Failing in basic duties

Clearing up the dead bodies – providing paupers funerals – is one of those basic, basic, roles we institute government to perform for us:

Councils in England and Wales are abdicating their legal responsibility to provide so-called “pauper’s funerals,” often turning away low-income families who cannot afford to pay for relatives to be buried or cremated, according to Quaker Social Action.

The anti-poverty charity said its “mystery shopping” investigation into 40 local authorities’ approach to public health funerals in urban areas of the UK found 10 did not carry out their legal duty, and two-thirds did not follow government guidance.

They’re not even managing that basic, basic, duty. Which is rather why we don;t want them trying to decolonise the libraries, or invest in the High Street, given that they cannot manage those basic, basic duties even. Why allow them to try anything complex if they’re incompetent?

12 thoughts on “Failing in basic duties”

  1. formertory (and lately even more so)

    So since we don’t have a River Ganges conveniently to hand, what exactly happens to the bodies? I suppose Nottingham (which they questioned) might look furtively at the River Trent……

  2. Why should this be a function of government? Seems like charities would be far better equipped to deal with funerals or cremations.

  3. @snag
    It’s a default public health position (like providing public lavatories…yes, I know).
    Charities would undoubtedly (almost) do a better job and local authorities should not get in their way, but there has to a be a fallback for this and a very few other things.

  4. There are numerous TV commercials for “no fuss” cremations. Central government (a lesser evil than local government in this instance) should subcontract these providers to carry out the service and also pay a death grant to allow the family to give granny or grandad a bit of a send off. £500 should be perfectly adequate. No need for invoices which only create even more jobsworth’s checking and authorising or querying, just hand over the £500 to next of kin along with the death certificate.

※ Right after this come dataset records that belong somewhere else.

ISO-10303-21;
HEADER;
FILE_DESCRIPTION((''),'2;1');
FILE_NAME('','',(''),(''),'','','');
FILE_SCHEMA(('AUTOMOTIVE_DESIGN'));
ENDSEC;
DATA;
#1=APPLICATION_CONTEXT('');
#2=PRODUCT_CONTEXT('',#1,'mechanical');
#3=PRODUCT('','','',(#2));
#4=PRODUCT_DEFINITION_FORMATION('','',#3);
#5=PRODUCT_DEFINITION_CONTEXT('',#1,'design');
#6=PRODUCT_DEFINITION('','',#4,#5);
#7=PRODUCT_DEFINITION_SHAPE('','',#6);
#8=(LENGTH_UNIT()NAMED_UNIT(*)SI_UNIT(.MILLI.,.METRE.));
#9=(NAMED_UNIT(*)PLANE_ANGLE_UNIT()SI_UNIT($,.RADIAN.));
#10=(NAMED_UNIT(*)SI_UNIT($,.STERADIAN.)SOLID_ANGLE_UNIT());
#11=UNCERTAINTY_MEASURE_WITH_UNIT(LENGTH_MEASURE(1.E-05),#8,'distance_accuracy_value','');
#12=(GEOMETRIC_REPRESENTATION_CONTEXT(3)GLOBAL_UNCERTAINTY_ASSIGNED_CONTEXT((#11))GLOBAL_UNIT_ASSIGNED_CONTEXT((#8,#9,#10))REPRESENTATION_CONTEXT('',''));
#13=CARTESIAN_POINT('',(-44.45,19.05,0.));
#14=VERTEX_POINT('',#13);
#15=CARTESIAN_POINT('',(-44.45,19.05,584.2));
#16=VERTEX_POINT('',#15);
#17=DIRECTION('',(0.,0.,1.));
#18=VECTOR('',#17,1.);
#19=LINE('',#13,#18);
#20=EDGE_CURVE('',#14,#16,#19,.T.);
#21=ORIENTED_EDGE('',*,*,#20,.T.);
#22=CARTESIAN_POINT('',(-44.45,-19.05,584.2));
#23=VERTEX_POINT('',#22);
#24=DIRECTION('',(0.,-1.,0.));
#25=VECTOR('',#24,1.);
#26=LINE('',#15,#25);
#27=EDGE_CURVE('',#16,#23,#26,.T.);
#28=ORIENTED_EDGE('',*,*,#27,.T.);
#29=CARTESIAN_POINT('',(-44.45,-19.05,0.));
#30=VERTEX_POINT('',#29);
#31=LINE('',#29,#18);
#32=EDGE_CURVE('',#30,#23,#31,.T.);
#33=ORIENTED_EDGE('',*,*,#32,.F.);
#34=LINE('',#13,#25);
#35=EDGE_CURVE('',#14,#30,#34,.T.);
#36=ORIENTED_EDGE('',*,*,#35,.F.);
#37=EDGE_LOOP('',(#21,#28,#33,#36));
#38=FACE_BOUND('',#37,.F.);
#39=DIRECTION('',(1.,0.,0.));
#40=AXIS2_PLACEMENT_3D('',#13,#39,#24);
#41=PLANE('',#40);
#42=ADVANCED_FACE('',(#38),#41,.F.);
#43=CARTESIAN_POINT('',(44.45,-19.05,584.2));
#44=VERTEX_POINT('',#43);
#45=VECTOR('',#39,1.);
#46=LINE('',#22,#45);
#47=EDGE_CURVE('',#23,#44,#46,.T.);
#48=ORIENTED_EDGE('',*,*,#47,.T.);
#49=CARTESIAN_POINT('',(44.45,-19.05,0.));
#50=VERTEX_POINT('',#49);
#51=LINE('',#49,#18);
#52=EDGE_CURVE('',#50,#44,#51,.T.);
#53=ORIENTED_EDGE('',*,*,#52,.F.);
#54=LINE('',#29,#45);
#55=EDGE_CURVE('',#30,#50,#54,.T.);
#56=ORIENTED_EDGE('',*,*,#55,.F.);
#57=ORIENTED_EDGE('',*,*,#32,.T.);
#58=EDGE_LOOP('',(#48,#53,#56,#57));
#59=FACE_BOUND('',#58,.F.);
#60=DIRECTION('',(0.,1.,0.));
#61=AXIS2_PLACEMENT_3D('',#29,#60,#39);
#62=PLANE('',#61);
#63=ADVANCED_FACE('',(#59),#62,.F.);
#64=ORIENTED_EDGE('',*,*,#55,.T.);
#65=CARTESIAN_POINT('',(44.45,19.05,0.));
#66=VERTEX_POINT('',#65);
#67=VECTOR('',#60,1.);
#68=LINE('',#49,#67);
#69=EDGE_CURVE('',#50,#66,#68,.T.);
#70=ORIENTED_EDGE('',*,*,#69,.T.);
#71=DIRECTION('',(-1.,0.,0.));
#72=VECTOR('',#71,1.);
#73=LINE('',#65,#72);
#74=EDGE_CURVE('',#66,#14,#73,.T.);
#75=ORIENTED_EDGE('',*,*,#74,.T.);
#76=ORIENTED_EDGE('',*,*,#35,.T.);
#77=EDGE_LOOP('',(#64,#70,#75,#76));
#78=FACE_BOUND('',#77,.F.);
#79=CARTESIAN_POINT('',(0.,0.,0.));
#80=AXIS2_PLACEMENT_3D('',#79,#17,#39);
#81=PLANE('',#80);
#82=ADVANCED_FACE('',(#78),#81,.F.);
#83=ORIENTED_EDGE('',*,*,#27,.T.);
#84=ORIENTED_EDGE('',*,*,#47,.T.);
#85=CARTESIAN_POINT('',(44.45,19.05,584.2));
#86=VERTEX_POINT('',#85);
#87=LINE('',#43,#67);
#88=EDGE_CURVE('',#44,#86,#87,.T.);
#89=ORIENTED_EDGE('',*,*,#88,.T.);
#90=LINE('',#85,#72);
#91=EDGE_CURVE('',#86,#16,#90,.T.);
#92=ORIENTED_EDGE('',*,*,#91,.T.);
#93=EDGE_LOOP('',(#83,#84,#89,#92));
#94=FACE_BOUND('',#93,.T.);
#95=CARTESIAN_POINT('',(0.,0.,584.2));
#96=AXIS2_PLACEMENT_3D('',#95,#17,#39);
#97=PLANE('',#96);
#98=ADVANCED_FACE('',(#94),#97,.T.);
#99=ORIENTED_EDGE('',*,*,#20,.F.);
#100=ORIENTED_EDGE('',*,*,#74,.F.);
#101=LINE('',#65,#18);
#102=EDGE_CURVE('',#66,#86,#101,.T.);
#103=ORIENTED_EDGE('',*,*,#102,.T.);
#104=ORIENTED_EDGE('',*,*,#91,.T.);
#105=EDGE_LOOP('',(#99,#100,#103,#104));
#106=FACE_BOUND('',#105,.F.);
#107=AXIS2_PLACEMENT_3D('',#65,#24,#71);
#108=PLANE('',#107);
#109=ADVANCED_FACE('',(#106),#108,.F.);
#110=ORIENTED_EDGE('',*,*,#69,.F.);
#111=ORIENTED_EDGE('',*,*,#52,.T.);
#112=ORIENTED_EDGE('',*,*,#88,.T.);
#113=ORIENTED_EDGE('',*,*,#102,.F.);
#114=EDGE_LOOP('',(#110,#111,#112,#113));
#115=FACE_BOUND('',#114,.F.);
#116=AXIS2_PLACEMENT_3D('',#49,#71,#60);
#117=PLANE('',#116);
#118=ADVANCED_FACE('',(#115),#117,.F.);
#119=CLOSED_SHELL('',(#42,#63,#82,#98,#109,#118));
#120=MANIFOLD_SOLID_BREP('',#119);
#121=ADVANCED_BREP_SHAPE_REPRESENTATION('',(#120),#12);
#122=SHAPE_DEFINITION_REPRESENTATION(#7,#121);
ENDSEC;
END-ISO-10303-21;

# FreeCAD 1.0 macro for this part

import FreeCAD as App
import Part
import Sketcher

V = App.Vector
Q = App.Units.Quantity


def add_polygon(sketch, points):
    """Adds a closed chain of lines whose ends are joined by coincident constraints."""
    first, n = sketch.GeometryCount, len(points)
    for a, b in zip(points, points[1:] + points[:1]):
        sketch.addGeometry(Part.LineSegment(App.Vector(*a, 0), App.Vector(*b, 0)), False)
    for i in range(n):
        sketch.addConstraint(Sketcher.Constraint("Coincident", first + i, 2, first + (i + 1) % n, 1))

doc = App.newDocument("Part")
body = doc.addObject("PartDesign::Body", "Body")

# Sketch on XY plane
sketch1 = doc.addObject("Sketcher::SketchObject", "Sketch")
body.addObject(sketch1)
sketch1.AttachmentSupport = (doc.XY_Plane, [""])
sketch1.MapMode = "FlatFace"
add_polygon(sketch1, [(-44, 19), (-44, -19), (44, -19), (44, 19)])  # lines 0-3
sketch1.addConstraint([
    Sketcher.Constraint("Vertical", 0),
    Sketcher.Constraint("Horizontal", 1),
    Sketcher.Constraint("Vertical", 2),
    Sketcher.Constraint("Horizontal", 3),
    Sketcher.Constraint("Symmetric", 0, 2, 2, 2, -1, 1),
    Sketcher.Constraint("DistanceX", 1, 1, 1, 2, Q("3.5 in")),
    Sketcher.Constraint("DistanceY", 0, 2, 0, 1, Q("1.5 in")),
])
pad1 = doc.addObject("PartDesign::Pad", "Pad")
body.addObject(pad1)
pad1.Profile = sketch1
pad1.Length = Q("23 in")

doc.recompute()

    At 100,000 deaths a year £50m for the grants and say £100m for the cremations isn’t going to break the bank is it?

  5. This seems to be a story about a means tested benefit. Much depends on the criteria for eligibility and how clearly they are written. Plus the clarity of any supplementary ‘government guidance’. When I managed my local Citizens Advice Bureau, there was voluminous guidance on Homelessness. Council Officials didn’t always apply the guidance correctly. My local authority was always open to hearing reasoned argument as to why a particular decision might be wrong. Sometimes they changed the decision, sometimes not. In this case, I would need to see a lot more detail before knowing whether to get outraged or not.

  6. I think you can donate your body at no cost to science – to be cut up by ham fisted students – or to a ‘body farm’ to be dumped in the woods so forensic pathologists can watch it rot.

  7. A cousin of mine had an equivalent of a pauper’s funeral. His ex-wife was still down as next of kin and so she took control of proceedings, much to the rest of the family’s annoyance ( none of us liked her ). She found a company in North London, who specialised in no-frills funerals and they were paid direct by what was then the DSS. They hire the crematorium out of normal hours ( this was like 8 in the morning) and the whole thing was done and dusted in 15 minutes for a third of the cost of a normal funeral.

    This was a long time ago and things are a bit more expensive now so I suspect that the grant doesn’t cover the costs of even the cheapest interment and has to be topped up by the relatives.

  8. @AndrewC: yes you can, it’s essentially a ‘free’ funeral, because when they finish, they arrange one and invite you to attend. They also hold a yearly ‘service of thanksgiving’ too, that relatives of all that year’s intake get invited to.

    Still got the order of service from my father’s one. His father donated his body as he died from leukaemia (pretty unknown at the time) so he did the same (though it was the NHS that did for him..).

  9. My sister had to attend a pauper’s funeral while working as a local government wallah. Just her, the deceased and the vicar. Not a cheering experience.

  10. I’ve attended a pauper’s funeral. They’re not fun things.

    True, the vicar was no more clueless about the corpse than usual but that’s a comment about the CofE, not pauper’s funerals.